Stored data entries:
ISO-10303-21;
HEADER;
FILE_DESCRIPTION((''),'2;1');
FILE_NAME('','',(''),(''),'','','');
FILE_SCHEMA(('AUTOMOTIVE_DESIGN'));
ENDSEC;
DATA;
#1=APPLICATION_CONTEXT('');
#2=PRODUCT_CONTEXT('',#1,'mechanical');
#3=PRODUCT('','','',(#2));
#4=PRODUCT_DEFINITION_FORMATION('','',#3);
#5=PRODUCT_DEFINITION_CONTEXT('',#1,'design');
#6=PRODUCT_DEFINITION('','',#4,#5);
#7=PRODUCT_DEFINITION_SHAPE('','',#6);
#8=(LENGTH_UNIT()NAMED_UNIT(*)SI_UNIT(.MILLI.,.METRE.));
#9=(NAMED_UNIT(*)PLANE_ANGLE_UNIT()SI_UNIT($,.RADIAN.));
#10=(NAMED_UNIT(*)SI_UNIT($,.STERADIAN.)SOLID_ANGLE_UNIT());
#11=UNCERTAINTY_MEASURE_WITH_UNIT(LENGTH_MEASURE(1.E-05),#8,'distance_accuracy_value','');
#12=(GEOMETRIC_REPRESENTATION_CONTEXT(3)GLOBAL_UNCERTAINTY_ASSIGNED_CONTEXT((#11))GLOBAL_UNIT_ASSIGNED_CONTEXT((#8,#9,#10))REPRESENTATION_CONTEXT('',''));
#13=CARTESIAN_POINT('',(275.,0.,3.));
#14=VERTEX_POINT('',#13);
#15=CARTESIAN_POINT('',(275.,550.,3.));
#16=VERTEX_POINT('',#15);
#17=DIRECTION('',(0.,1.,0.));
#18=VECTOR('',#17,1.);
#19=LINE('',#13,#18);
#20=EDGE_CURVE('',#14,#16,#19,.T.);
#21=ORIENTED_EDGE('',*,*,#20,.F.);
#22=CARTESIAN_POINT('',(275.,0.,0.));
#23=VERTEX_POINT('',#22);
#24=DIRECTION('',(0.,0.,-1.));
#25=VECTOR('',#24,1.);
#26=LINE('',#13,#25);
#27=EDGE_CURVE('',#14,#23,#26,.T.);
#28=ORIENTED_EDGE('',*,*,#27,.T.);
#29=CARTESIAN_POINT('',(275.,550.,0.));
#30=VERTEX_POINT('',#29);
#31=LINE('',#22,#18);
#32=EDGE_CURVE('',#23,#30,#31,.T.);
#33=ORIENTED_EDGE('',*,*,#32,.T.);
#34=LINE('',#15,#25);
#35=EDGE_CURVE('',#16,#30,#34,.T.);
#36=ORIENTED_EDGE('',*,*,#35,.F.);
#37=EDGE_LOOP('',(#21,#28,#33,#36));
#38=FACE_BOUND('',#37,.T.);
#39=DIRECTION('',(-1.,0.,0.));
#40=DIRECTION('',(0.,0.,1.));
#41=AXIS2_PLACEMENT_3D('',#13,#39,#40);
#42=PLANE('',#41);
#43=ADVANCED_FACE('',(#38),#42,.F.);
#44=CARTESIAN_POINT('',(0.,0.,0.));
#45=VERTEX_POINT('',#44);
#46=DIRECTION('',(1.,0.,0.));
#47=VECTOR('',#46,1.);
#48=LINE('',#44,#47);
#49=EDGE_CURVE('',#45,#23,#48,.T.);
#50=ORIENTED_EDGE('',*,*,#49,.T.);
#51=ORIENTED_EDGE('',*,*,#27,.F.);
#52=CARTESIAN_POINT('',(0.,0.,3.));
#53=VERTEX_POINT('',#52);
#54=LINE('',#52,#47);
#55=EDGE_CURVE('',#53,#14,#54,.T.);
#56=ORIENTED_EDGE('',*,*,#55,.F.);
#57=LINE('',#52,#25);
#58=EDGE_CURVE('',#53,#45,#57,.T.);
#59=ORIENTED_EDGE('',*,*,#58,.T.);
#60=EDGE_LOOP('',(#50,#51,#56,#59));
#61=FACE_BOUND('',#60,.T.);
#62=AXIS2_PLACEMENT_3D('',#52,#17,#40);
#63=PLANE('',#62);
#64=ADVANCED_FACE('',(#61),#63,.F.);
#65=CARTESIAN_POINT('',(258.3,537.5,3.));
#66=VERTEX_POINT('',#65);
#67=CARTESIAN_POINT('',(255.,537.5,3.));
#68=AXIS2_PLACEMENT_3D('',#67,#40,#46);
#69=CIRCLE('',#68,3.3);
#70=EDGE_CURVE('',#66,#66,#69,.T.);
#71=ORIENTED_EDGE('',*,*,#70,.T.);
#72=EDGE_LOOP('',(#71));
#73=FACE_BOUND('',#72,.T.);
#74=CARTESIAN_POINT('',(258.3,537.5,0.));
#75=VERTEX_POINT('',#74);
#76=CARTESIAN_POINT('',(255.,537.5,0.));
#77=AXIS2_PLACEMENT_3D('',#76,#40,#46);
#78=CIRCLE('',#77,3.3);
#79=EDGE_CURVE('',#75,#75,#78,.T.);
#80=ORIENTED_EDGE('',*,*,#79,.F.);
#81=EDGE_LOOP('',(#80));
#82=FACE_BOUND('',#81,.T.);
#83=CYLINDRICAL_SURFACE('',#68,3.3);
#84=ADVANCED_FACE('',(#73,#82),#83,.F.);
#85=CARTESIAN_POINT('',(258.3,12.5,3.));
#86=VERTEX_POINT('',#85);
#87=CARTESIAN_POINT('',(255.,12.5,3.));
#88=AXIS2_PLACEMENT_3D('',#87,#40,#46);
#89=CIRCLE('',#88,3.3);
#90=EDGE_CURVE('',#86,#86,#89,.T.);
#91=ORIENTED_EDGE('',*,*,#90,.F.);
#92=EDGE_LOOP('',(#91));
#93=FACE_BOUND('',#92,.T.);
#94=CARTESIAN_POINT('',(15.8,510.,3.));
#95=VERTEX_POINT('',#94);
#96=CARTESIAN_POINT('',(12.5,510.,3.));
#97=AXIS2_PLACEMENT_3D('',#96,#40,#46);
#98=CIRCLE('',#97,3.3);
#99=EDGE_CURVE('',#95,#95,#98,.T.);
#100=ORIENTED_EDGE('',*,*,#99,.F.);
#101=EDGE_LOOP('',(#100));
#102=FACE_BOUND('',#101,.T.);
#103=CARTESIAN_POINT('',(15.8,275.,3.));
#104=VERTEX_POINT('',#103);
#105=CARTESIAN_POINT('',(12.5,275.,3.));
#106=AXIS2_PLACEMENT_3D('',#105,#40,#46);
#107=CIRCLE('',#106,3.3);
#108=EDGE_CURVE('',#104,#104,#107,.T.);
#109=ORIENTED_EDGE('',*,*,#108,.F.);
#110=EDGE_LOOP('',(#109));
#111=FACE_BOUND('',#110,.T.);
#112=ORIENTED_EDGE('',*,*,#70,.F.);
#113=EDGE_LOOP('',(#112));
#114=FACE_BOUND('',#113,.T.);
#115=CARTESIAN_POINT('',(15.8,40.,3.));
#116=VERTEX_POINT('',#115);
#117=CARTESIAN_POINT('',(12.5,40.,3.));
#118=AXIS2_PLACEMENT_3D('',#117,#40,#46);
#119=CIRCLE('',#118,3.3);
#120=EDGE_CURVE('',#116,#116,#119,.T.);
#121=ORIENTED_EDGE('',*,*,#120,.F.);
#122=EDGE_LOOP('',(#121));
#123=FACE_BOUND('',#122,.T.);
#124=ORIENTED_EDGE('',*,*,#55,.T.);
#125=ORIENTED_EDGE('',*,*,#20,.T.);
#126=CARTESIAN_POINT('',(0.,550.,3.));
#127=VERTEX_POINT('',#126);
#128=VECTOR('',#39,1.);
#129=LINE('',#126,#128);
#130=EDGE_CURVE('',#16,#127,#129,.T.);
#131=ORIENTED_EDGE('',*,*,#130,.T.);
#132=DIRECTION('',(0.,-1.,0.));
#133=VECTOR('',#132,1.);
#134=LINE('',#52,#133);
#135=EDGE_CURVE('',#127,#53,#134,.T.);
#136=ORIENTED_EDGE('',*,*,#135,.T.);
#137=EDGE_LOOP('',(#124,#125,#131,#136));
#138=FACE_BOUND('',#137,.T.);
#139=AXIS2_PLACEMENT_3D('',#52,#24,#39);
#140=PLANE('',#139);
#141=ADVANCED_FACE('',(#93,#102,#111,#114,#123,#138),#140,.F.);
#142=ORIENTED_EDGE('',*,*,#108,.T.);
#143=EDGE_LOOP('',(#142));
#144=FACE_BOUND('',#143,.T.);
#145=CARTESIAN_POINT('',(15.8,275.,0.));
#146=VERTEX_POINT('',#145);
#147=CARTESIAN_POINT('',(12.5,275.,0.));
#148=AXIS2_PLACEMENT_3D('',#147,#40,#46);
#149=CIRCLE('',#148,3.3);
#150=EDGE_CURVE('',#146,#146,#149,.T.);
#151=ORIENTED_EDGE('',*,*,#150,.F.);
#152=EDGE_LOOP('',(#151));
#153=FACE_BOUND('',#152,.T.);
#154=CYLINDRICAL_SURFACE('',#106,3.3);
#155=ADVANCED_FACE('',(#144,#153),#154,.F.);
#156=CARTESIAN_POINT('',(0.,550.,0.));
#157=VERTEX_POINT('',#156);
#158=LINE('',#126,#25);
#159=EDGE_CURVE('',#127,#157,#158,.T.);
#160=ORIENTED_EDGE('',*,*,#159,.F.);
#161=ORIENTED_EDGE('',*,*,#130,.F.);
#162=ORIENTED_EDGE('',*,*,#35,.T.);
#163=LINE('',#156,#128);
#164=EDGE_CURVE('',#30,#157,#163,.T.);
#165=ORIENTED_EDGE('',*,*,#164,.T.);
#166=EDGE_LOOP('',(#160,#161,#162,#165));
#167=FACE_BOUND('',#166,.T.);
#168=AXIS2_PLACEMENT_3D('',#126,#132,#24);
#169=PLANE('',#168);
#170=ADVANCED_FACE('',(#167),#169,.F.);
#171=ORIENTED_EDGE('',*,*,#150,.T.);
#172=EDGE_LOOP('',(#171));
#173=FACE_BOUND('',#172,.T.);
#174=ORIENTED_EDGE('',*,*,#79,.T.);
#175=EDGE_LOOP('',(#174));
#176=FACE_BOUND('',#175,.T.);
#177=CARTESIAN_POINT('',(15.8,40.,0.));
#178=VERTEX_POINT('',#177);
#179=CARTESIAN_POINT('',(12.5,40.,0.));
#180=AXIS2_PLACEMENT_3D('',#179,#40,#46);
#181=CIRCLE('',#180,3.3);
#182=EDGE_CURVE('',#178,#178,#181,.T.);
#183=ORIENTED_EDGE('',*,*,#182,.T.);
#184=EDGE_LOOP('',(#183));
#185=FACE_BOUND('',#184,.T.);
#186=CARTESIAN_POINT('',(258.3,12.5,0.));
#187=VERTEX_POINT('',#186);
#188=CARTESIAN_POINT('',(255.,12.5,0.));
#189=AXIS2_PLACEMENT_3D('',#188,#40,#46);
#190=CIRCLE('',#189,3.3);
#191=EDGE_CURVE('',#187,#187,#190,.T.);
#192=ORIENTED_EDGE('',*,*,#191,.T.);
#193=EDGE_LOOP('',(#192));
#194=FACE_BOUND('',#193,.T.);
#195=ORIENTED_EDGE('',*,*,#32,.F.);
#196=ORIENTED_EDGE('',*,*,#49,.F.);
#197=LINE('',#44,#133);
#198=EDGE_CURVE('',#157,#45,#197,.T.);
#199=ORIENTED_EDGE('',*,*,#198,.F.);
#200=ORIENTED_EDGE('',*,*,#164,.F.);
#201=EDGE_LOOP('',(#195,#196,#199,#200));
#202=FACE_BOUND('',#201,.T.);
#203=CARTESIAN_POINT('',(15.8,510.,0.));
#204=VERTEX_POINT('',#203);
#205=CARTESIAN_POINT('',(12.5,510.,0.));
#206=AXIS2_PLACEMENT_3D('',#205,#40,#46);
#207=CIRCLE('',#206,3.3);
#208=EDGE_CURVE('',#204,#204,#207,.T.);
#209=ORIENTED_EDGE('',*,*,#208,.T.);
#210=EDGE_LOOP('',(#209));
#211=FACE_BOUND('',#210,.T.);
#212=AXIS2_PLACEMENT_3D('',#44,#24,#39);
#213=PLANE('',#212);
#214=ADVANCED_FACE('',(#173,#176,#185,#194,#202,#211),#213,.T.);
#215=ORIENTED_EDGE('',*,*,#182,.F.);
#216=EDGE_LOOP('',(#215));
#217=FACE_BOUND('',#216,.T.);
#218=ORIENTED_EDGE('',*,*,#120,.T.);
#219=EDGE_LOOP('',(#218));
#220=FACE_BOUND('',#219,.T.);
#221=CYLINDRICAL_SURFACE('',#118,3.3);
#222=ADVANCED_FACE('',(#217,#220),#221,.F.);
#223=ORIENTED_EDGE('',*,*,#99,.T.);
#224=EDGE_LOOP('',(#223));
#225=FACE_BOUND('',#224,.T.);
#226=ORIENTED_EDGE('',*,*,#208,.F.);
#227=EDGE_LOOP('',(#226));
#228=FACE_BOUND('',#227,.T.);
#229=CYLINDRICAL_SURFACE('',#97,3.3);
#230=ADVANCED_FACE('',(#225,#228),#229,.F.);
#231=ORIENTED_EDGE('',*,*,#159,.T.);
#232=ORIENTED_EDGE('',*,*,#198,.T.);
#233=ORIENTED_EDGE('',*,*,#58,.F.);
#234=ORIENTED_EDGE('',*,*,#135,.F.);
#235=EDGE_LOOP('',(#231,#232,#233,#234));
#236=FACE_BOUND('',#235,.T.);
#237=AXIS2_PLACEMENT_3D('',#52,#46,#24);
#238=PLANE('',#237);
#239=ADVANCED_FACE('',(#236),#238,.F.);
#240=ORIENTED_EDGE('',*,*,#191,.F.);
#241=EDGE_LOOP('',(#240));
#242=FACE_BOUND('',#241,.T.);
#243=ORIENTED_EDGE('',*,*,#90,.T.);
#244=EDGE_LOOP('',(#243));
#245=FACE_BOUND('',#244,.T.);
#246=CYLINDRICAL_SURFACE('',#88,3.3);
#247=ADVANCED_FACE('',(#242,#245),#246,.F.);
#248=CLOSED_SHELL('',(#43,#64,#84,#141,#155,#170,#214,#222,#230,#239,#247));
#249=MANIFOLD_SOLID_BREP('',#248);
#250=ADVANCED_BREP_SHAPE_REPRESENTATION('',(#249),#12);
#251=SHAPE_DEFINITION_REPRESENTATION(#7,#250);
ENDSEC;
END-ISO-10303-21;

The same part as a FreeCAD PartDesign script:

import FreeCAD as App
import Part
import Sketcher

V = App.Vector
Q = App.Units.Quantity


def add_polygon(sketch, points):
    """Adds a closed chain of lines whose ends are joined by coincident constraints."""
    first, n = sketch.GeometryCount, len(points)
    for a, b in zip(points, points[1:] + points[:1]):
        sketch.addGeometry(Part.LineSegment(App.Vector(*a, 0), App.Vector(*b, 0)), False)
    for i in range(n):
        sketch.addConstraint(Sketcher.Constraint("Coincident", first + i, 2, first + (i + 1) % n, 1))

doc = App.newDocument("Part")
params = doc.addObject("Spreadsheet::Sheet", "Params")
for row, (alias, value) in enumerate([
    ("sketch1_width", "275 mm"),
    ("sketch1_height", "550 mm"),
    ("pad1_length", "3 mm"),
    ("sketch2_diameter", "6.6 mm"),
    ("hole_diameter", "6.6 mm"),
], start=1):
    params.set(f"A{row}", alias)
    params.set(f"B{row}", "=" + value)
    params.setAlias(f"B{row}", alias)

body = doc.addObject("PartDesign::Body", "Body")

sketch1 = body.newObject("Sketcher::SketchObject", "Sketch")
sketch1.AttachmentSupport = (doc.getObject("XY_Plane"), [""])
sketch1.MapMode = "FlatFace"
add_polygon(sketch1, [(0, 550), (0, 0), (275, 0), (275, 550)])
sketch1.addConstraint(Sketcher.Constraint("Vertical", 0))
sketch1.addConstraint(Sketcher.Constraint("Horizontal", 1))
sketch1.addConstraint(Sketcher.Constraint("Vertical", 2))
sketch1.addConstraint(Sketcher.Constraint("Horizontal", 3))
sketch1.addConstraint(Sketcher.Constraint("Coincident", 0, 2, -1, 1))
sketch1.addConstraint(Sketcher.Constraint("DistanceX", 1, 1, 1, 2, Q("275 mm")))
sketch1.addConstraint(Sketcher.Constraint("DistanceY", 0, 2, 0, 1, Q("550 mm")))
sketch1.setExpression("Constraints[9]", "Params.sketch1_width")
sketch1.setExpression("Constraints[10]", "Params.sketch1_height")
pad1 = body.newObject("PartDesign::Pad", "Pad")
pad1.Profile = sketch1
pad1.setExpression("Length", "Params.pad1_length")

ASSIGNED TASK:
An exact copy of the lines above between the line holding "#48=LINE('',#44,#47);" and the line holding "#58=EDGE_CURVE('',#53,#45,#57,.T.);", inclusive, is the whole answer.

RESULT OF THE TASK:
#48=LINE('',#44,#47);
#49=EDGE_CURVE('',#45,#23,#48,.T.);
#50=ORIENTED_EDGE('',*,*,#49,.T.);
#51=ORIENTED_EDGE('',*,*,#27,.F.);
#52=CARTESIAN_POINT('',(0.,0.,3.));
#53=VERTEX_POINT('',#52);
#54=LINE('',#52,#47);
#55=EDGE_CURVE('',#53,#14,#54,.T.);
#56=ORIENTED_EDGE('',*,*,#55,.F.);
#57=LINE('',#52,#25);
#58=EDGE_CURVE('',#53,#45,#57,.T.);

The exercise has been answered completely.